# 2 tires in 3 miles



## DallanC (Jan 13, 2009)

Check your tires!

Went camping / fishing over the weekend. Camp trailer prep'd and ready to go. Blew one tire 3 miles after getting on the freeway. 10 minute quick change and off we went... 2nd tire on the same side blew another 3 miles later... wtf! Nothing looked out of the norm before we left, I had checked the air pressure, didnt hit anything i could see... tires on the other side seemed fine. Limped off the freeway on 1 crappy spare on one side and got a ride to the tire store by my brother in law for some replacements.

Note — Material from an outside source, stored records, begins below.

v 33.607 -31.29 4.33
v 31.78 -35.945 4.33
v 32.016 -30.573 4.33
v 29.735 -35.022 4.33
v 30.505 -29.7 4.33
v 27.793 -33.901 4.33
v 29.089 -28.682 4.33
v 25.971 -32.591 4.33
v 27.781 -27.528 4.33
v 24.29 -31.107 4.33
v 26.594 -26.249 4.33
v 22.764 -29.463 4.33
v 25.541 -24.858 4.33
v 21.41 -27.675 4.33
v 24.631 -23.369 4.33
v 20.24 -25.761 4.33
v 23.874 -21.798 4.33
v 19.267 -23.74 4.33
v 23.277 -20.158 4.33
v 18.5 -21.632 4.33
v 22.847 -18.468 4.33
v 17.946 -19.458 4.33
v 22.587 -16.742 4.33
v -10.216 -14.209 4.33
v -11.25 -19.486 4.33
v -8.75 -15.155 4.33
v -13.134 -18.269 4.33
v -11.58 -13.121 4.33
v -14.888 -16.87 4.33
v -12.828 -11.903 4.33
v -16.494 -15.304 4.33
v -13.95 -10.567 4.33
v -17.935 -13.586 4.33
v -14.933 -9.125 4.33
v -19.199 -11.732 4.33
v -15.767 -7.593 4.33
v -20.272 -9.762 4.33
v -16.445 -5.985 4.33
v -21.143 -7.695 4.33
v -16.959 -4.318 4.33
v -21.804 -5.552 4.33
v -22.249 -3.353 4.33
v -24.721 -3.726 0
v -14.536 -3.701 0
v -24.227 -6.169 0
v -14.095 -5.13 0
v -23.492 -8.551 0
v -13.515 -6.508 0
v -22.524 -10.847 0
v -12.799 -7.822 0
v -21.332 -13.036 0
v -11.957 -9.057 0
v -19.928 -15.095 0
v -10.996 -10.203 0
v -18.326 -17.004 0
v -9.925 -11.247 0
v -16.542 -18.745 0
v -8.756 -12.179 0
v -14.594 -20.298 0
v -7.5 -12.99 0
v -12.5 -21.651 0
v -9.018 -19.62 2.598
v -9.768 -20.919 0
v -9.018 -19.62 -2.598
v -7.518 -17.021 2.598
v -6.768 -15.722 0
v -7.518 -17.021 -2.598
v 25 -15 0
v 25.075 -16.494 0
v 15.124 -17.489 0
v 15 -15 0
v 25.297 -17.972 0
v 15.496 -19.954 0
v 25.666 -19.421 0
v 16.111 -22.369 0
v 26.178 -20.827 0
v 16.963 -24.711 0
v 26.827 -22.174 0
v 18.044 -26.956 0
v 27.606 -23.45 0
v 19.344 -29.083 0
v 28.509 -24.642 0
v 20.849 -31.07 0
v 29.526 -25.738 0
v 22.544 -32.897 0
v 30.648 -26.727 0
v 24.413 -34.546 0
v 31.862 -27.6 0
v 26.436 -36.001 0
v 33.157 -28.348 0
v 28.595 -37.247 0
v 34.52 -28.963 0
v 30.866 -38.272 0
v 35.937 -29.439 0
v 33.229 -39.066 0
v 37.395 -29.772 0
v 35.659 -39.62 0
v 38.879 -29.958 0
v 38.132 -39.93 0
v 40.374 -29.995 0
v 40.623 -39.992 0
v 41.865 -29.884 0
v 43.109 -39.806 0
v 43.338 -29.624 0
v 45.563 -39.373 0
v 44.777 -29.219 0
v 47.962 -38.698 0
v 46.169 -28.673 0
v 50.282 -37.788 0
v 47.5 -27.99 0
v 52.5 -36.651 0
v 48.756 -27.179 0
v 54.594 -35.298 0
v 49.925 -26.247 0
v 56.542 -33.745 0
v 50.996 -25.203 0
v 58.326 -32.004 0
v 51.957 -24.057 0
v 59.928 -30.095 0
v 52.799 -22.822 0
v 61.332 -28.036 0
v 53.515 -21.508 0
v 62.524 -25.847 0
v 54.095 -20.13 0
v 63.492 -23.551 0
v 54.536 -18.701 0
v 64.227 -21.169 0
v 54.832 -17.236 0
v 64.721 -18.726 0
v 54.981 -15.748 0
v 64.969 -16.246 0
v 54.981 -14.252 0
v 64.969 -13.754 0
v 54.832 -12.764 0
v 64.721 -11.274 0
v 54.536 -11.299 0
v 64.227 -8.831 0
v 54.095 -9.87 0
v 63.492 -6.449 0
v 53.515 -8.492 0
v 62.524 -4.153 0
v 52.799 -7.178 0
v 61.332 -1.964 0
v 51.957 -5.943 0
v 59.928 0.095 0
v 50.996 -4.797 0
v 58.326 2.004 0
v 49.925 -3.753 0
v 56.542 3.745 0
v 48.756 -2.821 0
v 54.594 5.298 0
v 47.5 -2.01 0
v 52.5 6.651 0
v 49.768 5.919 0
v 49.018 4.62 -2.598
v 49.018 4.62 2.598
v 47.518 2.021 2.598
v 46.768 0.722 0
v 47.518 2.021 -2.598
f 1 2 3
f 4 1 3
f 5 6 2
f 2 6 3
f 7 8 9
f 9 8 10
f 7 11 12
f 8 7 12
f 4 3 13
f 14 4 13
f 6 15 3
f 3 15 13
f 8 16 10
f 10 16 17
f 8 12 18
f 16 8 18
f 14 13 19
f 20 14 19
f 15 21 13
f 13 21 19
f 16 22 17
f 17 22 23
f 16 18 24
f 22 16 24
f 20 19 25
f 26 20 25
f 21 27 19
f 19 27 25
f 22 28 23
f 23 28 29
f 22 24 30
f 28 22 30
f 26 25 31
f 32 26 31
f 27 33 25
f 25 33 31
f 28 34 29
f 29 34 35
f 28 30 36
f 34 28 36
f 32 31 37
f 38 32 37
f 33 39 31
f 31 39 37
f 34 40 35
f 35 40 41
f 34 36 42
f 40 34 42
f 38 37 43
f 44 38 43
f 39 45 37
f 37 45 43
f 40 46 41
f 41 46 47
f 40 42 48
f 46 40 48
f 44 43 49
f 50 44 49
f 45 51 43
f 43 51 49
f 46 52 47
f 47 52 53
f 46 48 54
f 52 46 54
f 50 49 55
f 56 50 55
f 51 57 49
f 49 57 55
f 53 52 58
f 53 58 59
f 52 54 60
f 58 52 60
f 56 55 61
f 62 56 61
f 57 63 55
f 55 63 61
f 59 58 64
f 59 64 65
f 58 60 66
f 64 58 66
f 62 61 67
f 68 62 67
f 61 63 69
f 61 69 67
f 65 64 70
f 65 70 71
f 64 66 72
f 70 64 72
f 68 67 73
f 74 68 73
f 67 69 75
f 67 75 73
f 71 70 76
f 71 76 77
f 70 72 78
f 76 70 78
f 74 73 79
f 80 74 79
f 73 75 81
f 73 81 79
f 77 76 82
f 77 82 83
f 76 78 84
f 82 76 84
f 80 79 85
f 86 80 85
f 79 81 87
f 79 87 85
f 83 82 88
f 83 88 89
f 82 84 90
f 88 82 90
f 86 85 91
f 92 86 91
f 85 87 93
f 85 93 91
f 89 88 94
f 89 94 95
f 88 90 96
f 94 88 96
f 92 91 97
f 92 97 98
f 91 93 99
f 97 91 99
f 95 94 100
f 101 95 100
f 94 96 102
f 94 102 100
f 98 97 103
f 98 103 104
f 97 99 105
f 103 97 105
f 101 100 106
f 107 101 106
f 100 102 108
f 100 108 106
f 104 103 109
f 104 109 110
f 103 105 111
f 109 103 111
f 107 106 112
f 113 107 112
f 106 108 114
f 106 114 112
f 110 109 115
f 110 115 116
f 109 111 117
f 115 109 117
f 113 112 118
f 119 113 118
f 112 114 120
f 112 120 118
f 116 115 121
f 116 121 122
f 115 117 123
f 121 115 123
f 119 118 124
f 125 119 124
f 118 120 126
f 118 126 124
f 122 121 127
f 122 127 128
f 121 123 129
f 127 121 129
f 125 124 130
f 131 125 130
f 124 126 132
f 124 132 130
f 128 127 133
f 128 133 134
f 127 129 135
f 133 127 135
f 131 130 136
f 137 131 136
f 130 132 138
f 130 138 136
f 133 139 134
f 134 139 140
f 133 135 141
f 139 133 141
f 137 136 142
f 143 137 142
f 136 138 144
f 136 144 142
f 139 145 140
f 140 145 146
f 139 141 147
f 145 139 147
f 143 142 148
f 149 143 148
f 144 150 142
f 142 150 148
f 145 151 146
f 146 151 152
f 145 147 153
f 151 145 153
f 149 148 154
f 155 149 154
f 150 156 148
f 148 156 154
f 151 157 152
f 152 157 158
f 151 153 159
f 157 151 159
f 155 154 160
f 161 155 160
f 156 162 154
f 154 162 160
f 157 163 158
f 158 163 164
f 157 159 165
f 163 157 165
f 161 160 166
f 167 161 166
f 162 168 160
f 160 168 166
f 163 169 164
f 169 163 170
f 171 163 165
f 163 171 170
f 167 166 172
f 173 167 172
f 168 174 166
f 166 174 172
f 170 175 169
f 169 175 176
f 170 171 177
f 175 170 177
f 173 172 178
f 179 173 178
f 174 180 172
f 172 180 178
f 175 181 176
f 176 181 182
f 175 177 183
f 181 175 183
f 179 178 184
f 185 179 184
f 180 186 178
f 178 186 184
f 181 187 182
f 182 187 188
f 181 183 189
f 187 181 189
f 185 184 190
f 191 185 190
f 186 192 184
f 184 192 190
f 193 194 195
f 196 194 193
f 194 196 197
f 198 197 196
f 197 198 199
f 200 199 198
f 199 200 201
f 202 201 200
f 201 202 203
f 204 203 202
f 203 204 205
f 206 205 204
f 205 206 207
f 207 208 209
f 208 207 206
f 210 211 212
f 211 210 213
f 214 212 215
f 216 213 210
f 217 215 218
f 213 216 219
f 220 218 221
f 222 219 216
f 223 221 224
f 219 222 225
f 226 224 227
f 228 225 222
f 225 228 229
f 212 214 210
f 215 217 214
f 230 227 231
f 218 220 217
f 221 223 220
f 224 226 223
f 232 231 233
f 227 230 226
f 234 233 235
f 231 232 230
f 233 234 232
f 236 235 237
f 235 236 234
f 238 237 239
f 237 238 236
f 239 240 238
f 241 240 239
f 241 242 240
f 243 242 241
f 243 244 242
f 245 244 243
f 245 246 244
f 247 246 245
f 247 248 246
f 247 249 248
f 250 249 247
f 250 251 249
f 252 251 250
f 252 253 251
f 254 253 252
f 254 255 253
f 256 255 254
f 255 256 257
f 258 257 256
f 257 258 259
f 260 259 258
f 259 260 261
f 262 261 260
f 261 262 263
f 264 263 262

Never had a flat on a trailer ever in 25 years of trailering. Beyond that the rest of the trip was great, great fishing and a good time with the family.


-DallanC


----------



## Critter (Mar 20, 2010)

Odds are the bad tires were the ones that are exposed to the sun when the trailer is parked. That is the sad thing about trailer tires and I believe that is one of the reasons that they recommend that they be replaced every few years and not just when the tread is worn. I personally have a car hauler that I use every now and then and the only problem with tires that I have ever had have been on the sunny side of it.


----------



## DallanC (Jan 13, 2009)

That was my first thought as well, but both of these tires were between the trailer and house with maybe 2ft of room to walk between, very little sun hit them during most of the year. I will make some temp sun covers out of old plywood though. Its odd that normal vehicles that are out in the sun all the time never get rotted tires.


-DallanC


----------



## Al Hansen (Sep 7, 2007)

A lot of trailer tires are made in China. Just sayin............. I have a new 2009 Trailer that had major weather cracks in all 4 tire after the first year.


----------



## StillAboveGround (Aug 20, 2011)

DallanC said:


> Never had a flat on a trailer ever in 25 years of trailering. Beyond that the rest of the trip was great, great fishing and a good time with the family.-DallanC


After 25 years, I guess you were due... glad to hear the trip was still good.


----------



## Kevin D (Sep 15, 2007)

Here's what I was told happens quite often on dirt roads; you run over a sharp rock or object that stretches or breaks the interior cords of a tire. This happens primarily with radial tires that are less than fully inflated. Initially, there is no outward sign of trouble. However, once you hit the highway with higher speeds your tire heats up and will eventually blow. 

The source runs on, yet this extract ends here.